**WHAT THE TASK REQUIRES:**
Up to and including the line with "v 210.026 313.74 0", copy the records below exactly from their first line.

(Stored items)
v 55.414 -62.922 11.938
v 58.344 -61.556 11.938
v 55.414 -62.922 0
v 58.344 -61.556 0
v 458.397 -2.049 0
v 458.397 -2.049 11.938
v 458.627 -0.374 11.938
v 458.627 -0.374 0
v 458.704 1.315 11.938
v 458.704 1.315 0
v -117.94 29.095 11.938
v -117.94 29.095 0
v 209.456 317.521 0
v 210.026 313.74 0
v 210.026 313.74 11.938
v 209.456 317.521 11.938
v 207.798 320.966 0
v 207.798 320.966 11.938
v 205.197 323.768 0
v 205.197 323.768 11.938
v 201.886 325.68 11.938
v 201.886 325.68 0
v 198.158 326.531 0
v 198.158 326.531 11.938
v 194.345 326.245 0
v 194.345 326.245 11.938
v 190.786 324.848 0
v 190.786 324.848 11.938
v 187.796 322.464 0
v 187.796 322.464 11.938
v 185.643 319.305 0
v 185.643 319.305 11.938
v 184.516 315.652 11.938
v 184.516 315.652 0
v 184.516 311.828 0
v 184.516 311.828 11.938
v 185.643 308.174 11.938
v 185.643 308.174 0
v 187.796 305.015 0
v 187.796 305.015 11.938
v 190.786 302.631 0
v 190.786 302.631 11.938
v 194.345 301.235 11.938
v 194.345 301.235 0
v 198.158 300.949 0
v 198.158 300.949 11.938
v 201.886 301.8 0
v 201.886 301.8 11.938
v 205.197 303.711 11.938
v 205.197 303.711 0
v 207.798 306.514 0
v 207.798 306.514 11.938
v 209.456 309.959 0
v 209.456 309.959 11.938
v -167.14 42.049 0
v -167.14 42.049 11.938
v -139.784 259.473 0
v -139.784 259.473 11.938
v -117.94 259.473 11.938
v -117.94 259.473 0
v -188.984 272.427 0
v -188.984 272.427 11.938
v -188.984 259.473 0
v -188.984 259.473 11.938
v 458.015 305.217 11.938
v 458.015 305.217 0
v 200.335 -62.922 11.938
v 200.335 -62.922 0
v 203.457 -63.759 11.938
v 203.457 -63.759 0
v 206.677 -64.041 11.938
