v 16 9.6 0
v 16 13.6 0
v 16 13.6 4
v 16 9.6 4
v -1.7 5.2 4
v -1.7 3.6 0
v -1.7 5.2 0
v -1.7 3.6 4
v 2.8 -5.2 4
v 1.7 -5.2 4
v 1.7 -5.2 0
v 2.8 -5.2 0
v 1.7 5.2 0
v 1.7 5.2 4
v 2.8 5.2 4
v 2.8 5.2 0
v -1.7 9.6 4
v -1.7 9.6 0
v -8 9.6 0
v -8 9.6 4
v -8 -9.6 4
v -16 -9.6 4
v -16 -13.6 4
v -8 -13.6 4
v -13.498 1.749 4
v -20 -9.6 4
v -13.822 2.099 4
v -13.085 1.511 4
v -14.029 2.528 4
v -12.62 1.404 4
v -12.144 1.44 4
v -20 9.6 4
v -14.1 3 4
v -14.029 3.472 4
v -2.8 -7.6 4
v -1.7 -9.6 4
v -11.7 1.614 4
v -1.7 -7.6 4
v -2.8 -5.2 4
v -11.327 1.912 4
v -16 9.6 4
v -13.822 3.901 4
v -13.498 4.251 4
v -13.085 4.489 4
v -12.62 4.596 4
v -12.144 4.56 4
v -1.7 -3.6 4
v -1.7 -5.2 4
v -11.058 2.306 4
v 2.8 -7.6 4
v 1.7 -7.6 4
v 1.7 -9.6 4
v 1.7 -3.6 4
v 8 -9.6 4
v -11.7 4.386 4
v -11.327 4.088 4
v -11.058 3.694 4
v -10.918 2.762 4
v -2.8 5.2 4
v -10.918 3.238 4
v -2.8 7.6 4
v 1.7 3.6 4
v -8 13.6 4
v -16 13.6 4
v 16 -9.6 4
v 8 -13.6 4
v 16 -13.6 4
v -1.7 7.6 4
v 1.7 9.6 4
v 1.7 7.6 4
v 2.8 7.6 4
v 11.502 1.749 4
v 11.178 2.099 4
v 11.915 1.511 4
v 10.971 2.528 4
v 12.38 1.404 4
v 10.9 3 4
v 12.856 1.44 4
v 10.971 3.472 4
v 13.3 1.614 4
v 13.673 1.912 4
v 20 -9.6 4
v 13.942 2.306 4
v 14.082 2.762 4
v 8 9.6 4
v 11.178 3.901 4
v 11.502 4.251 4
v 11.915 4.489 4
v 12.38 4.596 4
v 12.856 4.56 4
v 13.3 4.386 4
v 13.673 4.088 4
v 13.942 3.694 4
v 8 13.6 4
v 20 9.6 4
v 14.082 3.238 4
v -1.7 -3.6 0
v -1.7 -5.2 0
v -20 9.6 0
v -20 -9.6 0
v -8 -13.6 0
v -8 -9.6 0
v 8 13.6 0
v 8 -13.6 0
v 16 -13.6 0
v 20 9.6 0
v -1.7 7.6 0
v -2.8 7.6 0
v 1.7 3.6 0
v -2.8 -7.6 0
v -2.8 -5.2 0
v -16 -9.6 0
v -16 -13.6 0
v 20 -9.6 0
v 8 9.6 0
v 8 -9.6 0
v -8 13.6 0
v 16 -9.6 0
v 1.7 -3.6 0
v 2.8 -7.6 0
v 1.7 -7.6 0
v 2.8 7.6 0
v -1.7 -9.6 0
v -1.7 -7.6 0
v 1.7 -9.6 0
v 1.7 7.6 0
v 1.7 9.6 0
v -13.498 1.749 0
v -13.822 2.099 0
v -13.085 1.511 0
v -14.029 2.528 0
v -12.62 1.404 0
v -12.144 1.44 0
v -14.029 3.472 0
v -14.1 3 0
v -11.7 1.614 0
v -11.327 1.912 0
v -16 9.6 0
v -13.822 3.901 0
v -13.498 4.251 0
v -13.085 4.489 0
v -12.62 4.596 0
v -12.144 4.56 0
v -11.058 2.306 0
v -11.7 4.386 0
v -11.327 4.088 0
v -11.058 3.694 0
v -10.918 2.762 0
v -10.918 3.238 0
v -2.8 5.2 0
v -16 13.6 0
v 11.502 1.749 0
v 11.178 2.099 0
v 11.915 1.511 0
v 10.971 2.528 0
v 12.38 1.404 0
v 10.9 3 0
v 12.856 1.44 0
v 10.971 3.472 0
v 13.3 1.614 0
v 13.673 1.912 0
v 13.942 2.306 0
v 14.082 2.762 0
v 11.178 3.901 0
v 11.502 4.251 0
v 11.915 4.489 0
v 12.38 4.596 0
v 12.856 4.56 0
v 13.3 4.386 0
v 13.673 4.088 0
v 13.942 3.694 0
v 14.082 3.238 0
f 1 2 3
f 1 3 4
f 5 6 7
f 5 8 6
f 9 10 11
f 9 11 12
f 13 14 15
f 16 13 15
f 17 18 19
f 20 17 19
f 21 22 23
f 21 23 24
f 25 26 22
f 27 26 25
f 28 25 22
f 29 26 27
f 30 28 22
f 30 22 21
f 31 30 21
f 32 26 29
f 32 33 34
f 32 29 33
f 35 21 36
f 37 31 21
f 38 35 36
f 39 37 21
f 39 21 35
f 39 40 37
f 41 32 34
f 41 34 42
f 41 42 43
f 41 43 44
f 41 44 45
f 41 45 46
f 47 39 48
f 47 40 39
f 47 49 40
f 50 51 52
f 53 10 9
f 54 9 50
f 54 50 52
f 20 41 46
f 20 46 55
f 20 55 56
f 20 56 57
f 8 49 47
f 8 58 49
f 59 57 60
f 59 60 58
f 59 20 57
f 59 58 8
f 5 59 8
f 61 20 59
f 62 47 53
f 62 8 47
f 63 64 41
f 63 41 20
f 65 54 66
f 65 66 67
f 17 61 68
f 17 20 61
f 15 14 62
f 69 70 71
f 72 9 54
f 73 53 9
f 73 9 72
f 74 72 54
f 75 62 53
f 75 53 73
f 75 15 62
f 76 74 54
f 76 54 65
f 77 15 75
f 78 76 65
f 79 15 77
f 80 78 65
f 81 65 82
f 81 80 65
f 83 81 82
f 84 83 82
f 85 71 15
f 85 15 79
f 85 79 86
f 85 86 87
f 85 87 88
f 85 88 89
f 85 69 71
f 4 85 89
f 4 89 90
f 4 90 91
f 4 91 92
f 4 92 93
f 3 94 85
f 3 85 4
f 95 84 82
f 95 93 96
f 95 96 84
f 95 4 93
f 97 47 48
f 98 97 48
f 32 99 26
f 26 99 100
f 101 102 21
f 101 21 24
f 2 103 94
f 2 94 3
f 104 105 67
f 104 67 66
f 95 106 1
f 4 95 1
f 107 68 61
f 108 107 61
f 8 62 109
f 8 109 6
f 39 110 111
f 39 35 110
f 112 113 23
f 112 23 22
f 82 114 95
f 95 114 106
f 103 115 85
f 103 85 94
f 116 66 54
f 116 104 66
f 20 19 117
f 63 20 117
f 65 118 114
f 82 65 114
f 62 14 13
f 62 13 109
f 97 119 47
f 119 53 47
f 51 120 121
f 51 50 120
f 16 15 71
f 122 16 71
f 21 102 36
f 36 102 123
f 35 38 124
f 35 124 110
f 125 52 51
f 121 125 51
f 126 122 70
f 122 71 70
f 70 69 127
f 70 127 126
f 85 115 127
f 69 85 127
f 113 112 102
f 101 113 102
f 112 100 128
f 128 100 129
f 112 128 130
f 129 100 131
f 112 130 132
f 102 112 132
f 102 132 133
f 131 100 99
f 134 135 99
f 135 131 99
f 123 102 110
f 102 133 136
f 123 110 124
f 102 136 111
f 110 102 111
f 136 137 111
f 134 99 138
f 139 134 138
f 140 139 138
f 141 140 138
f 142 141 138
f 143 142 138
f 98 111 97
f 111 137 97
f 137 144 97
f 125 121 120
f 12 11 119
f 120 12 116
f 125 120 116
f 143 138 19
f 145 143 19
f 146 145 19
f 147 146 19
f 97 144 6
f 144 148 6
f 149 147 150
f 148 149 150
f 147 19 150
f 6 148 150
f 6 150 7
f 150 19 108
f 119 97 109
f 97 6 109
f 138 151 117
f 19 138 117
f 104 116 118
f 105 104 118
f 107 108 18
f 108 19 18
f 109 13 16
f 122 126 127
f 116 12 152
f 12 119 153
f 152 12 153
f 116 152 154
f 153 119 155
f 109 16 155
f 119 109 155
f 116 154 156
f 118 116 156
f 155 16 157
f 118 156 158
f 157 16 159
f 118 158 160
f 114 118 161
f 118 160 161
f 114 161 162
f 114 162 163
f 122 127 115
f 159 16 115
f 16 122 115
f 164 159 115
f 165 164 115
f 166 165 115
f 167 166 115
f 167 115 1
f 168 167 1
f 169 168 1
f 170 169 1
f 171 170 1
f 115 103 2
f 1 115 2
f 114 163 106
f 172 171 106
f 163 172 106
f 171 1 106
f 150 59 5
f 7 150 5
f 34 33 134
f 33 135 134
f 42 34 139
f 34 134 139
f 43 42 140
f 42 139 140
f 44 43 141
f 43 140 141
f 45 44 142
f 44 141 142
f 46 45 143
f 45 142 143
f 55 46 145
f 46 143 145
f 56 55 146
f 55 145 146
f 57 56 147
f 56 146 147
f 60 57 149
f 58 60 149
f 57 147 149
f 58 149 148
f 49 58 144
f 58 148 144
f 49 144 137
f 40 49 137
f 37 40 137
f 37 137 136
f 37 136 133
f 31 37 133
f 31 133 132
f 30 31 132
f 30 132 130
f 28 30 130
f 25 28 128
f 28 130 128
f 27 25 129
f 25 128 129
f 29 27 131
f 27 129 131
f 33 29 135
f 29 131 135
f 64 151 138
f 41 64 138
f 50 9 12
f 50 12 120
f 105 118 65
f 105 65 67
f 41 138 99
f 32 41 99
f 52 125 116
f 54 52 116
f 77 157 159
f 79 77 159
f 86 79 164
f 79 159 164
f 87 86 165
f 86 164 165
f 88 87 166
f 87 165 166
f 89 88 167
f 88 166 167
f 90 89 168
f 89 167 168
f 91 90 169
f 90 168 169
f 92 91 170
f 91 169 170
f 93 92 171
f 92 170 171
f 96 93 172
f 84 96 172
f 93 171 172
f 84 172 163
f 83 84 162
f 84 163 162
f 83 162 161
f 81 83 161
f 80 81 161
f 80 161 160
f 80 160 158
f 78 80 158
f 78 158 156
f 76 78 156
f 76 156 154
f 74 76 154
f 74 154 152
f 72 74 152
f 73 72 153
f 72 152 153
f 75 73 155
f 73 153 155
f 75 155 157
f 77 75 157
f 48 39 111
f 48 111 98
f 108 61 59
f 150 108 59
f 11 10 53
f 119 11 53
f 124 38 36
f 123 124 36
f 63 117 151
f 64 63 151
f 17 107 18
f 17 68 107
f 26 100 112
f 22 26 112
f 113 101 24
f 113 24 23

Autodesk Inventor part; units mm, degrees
ref_plane "YZ Plane" through (0, 0, 0) normal (1, 0, 0) x (0, 1, 0)
ref_plane "XZ Plane" through (0, 0, 0) normal (0, 1, 0) x (-1, 0, 0)
ref_plane "XY Plane" through (0, 0, 0) normal (0, 0, 1) x (1, 0, 0)
sketch "Эскиз1" plane through (0, 0, 0) normal (0, 0, 1) x (1, 0, 0)
  line L0 (20, 9.6) -> (-20, 9.6)
  line L1 (-20, 9.6) -> (-20, -9.6)
  line L2 (-20, -9.6) -> (20, -9.6)
  line L3 (20, -9.6) -> (20, 9.6)
  line L4 (20, 9.6) -> (-20, -9.6) construction
  line L5 (-20, 9.6) -> (20, -9.6) construction
  line L6 (-16, 9.6) -> (-8, 9.6)
  line L7 (-8, 9.6) -> (-8, 13.6)
  line L8 (-8, 13.6) -> (-16, 13.6)
  line L9 (-16, 13.6) -> (-16, 9.6)
  line L10 (16, 9.6) -> (8, 9.6)
  line L11 (8, 9.6) -> (8, 13.6)
  line L12 (8, 13.6) -> (16, 13.6)
  line L13 (16, 13.6) -> (16, 9.6)
  line L14 (-16, -9.6) -> (-8, -9.6)
  line L15 (-8, -9.6) -> (-8, -13.6)
  line L16 (-8, -13.6) -> (-16, -13.6)
  line L17 (-16, -13.6) -> (-16, -9.6)
  line L18 (8, -9.6) -> (16, -9.6)
  line L19 (16, -9.6) -> (16, -13.6)
  line L20 (16, -13.6) -> (8, -13.6)
  line L21 (8, -13.6) -> (8, -9.6)
  point P0 (0, 0)
  point P1 (-16, 11.6)
  point P2 (16, -9.6)
  point P3 (8, 9.6)
  point P4 (-8, 9.6)
  dimension "d0" = 40
  dimension "d1" = 19.2
  dimension "d2" = 8
  dimension "d3" = 4
  dimension "d4" = 8
  dimension "d5" = 4
  dimension "d6" = 4
  dimension "d7" = 4
  dimension "d8" = 8
  dimension "d9" = 4
extrude "Выдавливание1" add sketch "Эскиз1" along normal blind 4
sketch "Эскиз2" plane through (0, 0, 4) normal (0, 0, 1) x (1, 0, 0)
  line L0 (8, 9.6) -> (-8, 9.6) projected
  line L1 (-1.7, 9.6) -> (1.7, 9.6)
  line L2 (1.7, 9.6) -> (1.7, 3.6)
  line L3 (1.7, 3.6) -> (-1.7, 3.6)
  line L4 (-1.7, 3.6) -> (-1.7, 9.6)
  line L5 (0, 9.6) -> (0, 3.6) construction
  line L6 (-2.8, 5.2) -> (2.8, 5.2)
  line L7 (2.8, 5.2) -> (2.8, 7.6)
  line L8 (2.8, 7.6) -> (-2.8, 7.6)
  line L9 (-2.8, 7.6) -> (-2.8, 5.2)
  line L10 (-2.8, 5.2) -> (2.8, 7.6) construction
  line L11 (2.8, 5.2) -> (-2.8, 7.6) construction
  line L12 (-20, 9.6) -> (-20, -9.6) projected
  line L13 (-20, 0) -> (20, 0) construction
  line L14 (20, -9.6) -> (20, 9.6) projected
  line L15 (8, -9.6) -> (-8, -9.6)
  line L16 (-1.7, -9.6) -> (1.7, -9.6)
  line L17 (1.7, -9.6) -> (1.7, -3.6)
  line L18 (1.7, -3.6) -> (-1.7, -3.6)
  line L19 (-1.7, -3.6) -> (-1.7, -9.6)
  line L20 (0, -9.6) -> (0, -3.6) construction
  line L21 (-2.8, -5.2) -> (2.8, -5.2)
  line L22 (2.8, -5.2) -> (2.8, -7.6)
  line L23 (2.8, -7.6) -> (-2.8, -7.6)
  line L24 (-2.8, -7.6) -> (-2.8, -5.2)
  line L25 (-2.8, -5.2) -> (2.8, -7.6) construction
  line L26 (2.8, -5.2) -> (-2.8, -7.6) construction
  point P0 (0, 0)
  point P1 (0, 6.4)
  point P2 (0, -6.4)
  point P3 (1.7, 5.2)
  point P4 (1.7, 7.6)
  point P5 (1.7, 9.6)
  point P6 (-1.7, 7.6)
  point P7 (-1.7, 5.2)
  point P8 (-1.7, -7.6)
  point P9 (1.7, -7.6)
  point P10 (1.7, -5.2)
  point P11 (-1.7, -5.2)
  dimension "d12" = 3.4
  dimension "d13" = 6
  dimension "d14" = 5.6
  dimension "d15" = 2.4
  dimension "d16" = 2
extrude "Выдавливание2" cut sketch "Эскиз2" against normal blind 10
sketch "Эскиз3" plane through (0, 0, 0) normal (0, 0, -1) x (-1, 0, 0)
  circle A0 centre (12.5, 3) radius 1.6 projected
  circle A1 centre (-12.5, 3) radius 1.6 projected
  point P0 (0, 0)
extrude "Выдавливание3" cut sketch "Эскиз3" against normal blind 10
properties part number "стена_каретки"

**THE ANSWER:**
v 55.414 -62.922 11.938
v 58.344 -61.556 11.938
v 55.414 -62.922 0
v 58.344 -61.556 0
v 458.397 -2.049 0
v 458.397 -2.049 11.938
v 458.627 -0.374 11.938
v 458.627 -0.374 0
v 458.704 1.315 11.938
v 458.704 1.315 0
v -117.94 29.095 11.938
v -117.94 29.095 0
v 209.456 317.521 0
v 210.026 313.74 0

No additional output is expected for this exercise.